Apparently, our vice president
was a liar before becoming Bush's puppetmaster.
Halliburton Co. secretly changed its accounting practices when Vice President Dick Cheney was its chief executive officer, the Securities and Exchange Commission said Tuesday as it fined the company $7.5 million and brought actions against two former financial officials.
The commission said the accounting change enabled Halliburton, one of the nation's largest energy services companies, to report annual earnings in 1998 that were 46 percent higher than they would have been had the change not been made. It also allowed the company to report a substantially higher profit in 1999, the commission said.

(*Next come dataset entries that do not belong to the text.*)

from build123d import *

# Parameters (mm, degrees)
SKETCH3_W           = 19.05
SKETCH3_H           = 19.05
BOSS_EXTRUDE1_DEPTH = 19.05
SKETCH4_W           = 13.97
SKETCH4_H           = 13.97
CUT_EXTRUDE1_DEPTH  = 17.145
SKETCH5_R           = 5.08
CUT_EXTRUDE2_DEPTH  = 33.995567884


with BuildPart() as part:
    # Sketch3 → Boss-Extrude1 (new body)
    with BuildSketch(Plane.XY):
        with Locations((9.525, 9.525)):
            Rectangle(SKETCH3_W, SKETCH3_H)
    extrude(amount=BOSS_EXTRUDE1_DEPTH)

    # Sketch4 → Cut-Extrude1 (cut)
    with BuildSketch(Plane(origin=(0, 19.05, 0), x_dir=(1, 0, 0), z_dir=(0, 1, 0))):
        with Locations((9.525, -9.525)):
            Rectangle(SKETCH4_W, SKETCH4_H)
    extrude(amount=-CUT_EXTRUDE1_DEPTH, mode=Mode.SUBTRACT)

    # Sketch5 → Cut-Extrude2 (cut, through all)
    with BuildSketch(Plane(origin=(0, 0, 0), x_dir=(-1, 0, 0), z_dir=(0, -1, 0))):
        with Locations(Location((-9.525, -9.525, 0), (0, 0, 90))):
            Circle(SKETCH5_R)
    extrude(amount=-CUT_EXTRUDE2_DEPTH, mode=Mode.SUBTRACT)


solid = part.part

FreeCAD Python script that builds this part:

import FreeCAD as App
import Part
import Sketcher

V = App.Vector
Q = App.Units.Quantity

doc = App.newDocument("Part")
params = doc.addObject("Spreadsheet::Sheet", "Params")
for row, (alias, value) in enumerate([
    ("sketch1_width", "0.75 in"),
    ("pad1_length", "0.75 in"),
    ("sketch2_width", "0.55 in"),
    ("pocket1_length", "0.675 in"),
    ("sketch3_diameter", "0.4 in"),
], start=1):
    params.set(f"A{row}", alias)
    params.set(f"B{row}", "=" + value)
    params.setAlias(f"B{row}", alias)

body = doc.addObject("PartDesign::Body", "Body")

# Sketch on XY plane
sketch1 = body.newObject("Sketcher::SketchObject", "Sketch")
sketch1.AttachmentSupport = (doc.getObject("XY_Plane"), [""])
sketch1.MapMode = "FlatFace"
sketch1.addGeometry(Part.LineSegment(V(0, 19.05, 0), V(0, 0, 0)), False)
sketch1.addGeometry(Part.LineSegment(V(0, 0, 0), V(19.05, 0, 0)), False)
sketch1.addGeometry(Part.LineSegment(V(19.05, 0, 0), V(19.05, 19.05, 0)), False)
sketch1.addGeometry(Part.LineSegment(V(19.05, 19.05, 0), V(0, 19.05, 0)), False)
sketch1.addConstraint(Sketcher.Constraint("Coincident", 0, 2, 1, 1))
sketch1.addConstraint(Sketcher.Constraint("Coincident", 1, 2, 2, 1))
sketch1.addConstraint(Sketcher.Constraint("Coincident", 2, 2, 3, 1))
sketch1.addConstraint(Sketcher.Constraint("Coincident", 3, 2, 0, 1))
sketch1.addConstraint(Sketcher.Constraint("Vertical", 0))
sketch1.addConstraint(Sketcher.Constraint("Horizontal", 1))
sketch1.addConstraint(Sketcher.Constraint("Vertical", 2))
sketch1.addConstraint(Sketcher.Constraint("Horizontal", 3))
sketch1.addConstraint(Sketcher.Constraint("Coincident", 0, 2, -1, 1))
sketch1.addConstraint(Sketcher.Constraint("Equal", 3, 0))
sketch1.addConstraint(Sketcher.Constraint("DistanceX", 1, 1, 1, 2, Q("0.75 in")))
sketch1.setExpression("Constraints[10]", "Params.sketch1_width")
pad1 = body.newObject("PartDesign::Pad", "Pad")
pad1.Profile = sketch1
pad1.setExpression("Length", "Params.pad1_length")

# Sketch on XZ plane
sketch2 = body.newObject("Sketcher::SketchObject", "Sketch001")
sketch2.AttachmentSupport = (doc.getObject("XZ_Plane"), [""])
sketch2.MapMode = "FlatFace"
sketch2.AttachmentOffset = App.Placement(V(0, 0, -0.75 * 25.4), App.Rotation())
sketch2.addGeometry(Part.LineSegment(V(2.54, 2.54, 0), V(2.54, 16.51, 0)), False)
sketch2.addGeometry(Part.LineSegment(V(2.54, 16.51, 0), V(16.51, 16.51, 0)), False)
sketch2.addGeometry(Part.LineSegment(V(16.51, 16.51, 0), V(16.51, 2.54, 0)), False)
sketch2.addGeometry(Part.LineSegment(V(16.51, 2.54, 0), V(2.54, 2.54, 0)), False)
sketch2.addConstraint(Sketcher.Constraint("Coincident", 0, 2, 1, 1))
sketch2.addConstraint(Sketcher.Constraint("Coincident", 1, 2, 2, 1))
sketch2.addConstraint(Sketcher.Constraint("Coincident", 2, 2, 3, 1))
sketch2.addConstraint(Sketcher.Constraint("Coincident", 3, 2, 0, 1))
sketch2.addConstraint(Sketcher.Constraint("Vertical", 0))
sketch2.addConstraint(Sketcher.Constraint("Horizontal", 1))
sketch2.addConstraint(Sketcher.Constraint("Vertical", 2))
sketch2.addConstraint(Sketcher.Constraint("Horizontal", 3))
sketch2.addConstraint(Sketcher.Constraint("Equal", 3, 0))
sketch2.addConstraint(Sketcher.Constraint("DistanceX", 1, 1, 1, 2, Q("0.55 in")))
sketch2.addConstraint(Sketcher.Constraint("DistanceX", -1, 1, 0, 2, Q("0.1 in")))
sketch2.addConstraint(Sketcher.Constraint("DistanceY", -1, 1, 2, 2, Q("0.1 in")))
sketch2.setExpression("Constraints[9]", "Params.sketch2_width")
pocket1 = body.newObject("PartDesign::Pocket", "Pocket")
pocket1.Profile = sketch2
pocket1.setExpression("Length", "Params.pocket1_length")
pocket1.Reversed = True

# Sketch on XZ plane
sketch3 = body.newObject("Sketcher::SketchObject", "Sketch002")
sketch3.AttachmentSupport = (doc.getObject("XZ_Plane"), [""])
sketch3.MapMode = "FlatFace"
sketch3.addGeometry(Part.Circle(V(9.525, 9.525, 0), V(0, 0, 1), 5.08), False)
sketch3.addConstraint(Sketcher.Constraint("Diameter", 0, Q("0.4 in")))
sketch3.addConstraint(Sketcher.Constraint("DistanceX", -1, 1, 0, 3, Q("0.375 in")))
sketch3.addConstraint(Sketcher.Constraint("DistanceY", -1, 1, 0, 3, Q("0.375 in")))
sketch3.setExpression("Constraints[0]", "Params.sketch3_diameter")
pocket2 = body.newObject("PartDesign::Pocket", "Pocket001")
pocket2.Profile = sketch3
pocket2.Type = "ThroughAll"

doc.recompute()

The commission did not say that Cheney acted improperly, and the papers released by the commission did not detail the extent to which he was aware of the change or of the requirement to disclose it to investors. The SEC said that Cheney had testified under oath and had "cooperated willingly and fully in the investigation conducted by the commission's career staff."
The SEC punted on the Cheney question, which comes as no surprise. Either Cheney knew of the accounting gimmick and should be held somehow liable, or he did not, and he was a terrible CEO and should return his millions in bonuses, salary, and stock compensation.
It looks like another caase for an outside investigator, but that won't happen voluntarily and there is nothing to compell such outside review.
Update: Billmon eloquently lays out the case against Cheney -- why there's no way Cheney would've been ignorant as to what was happening.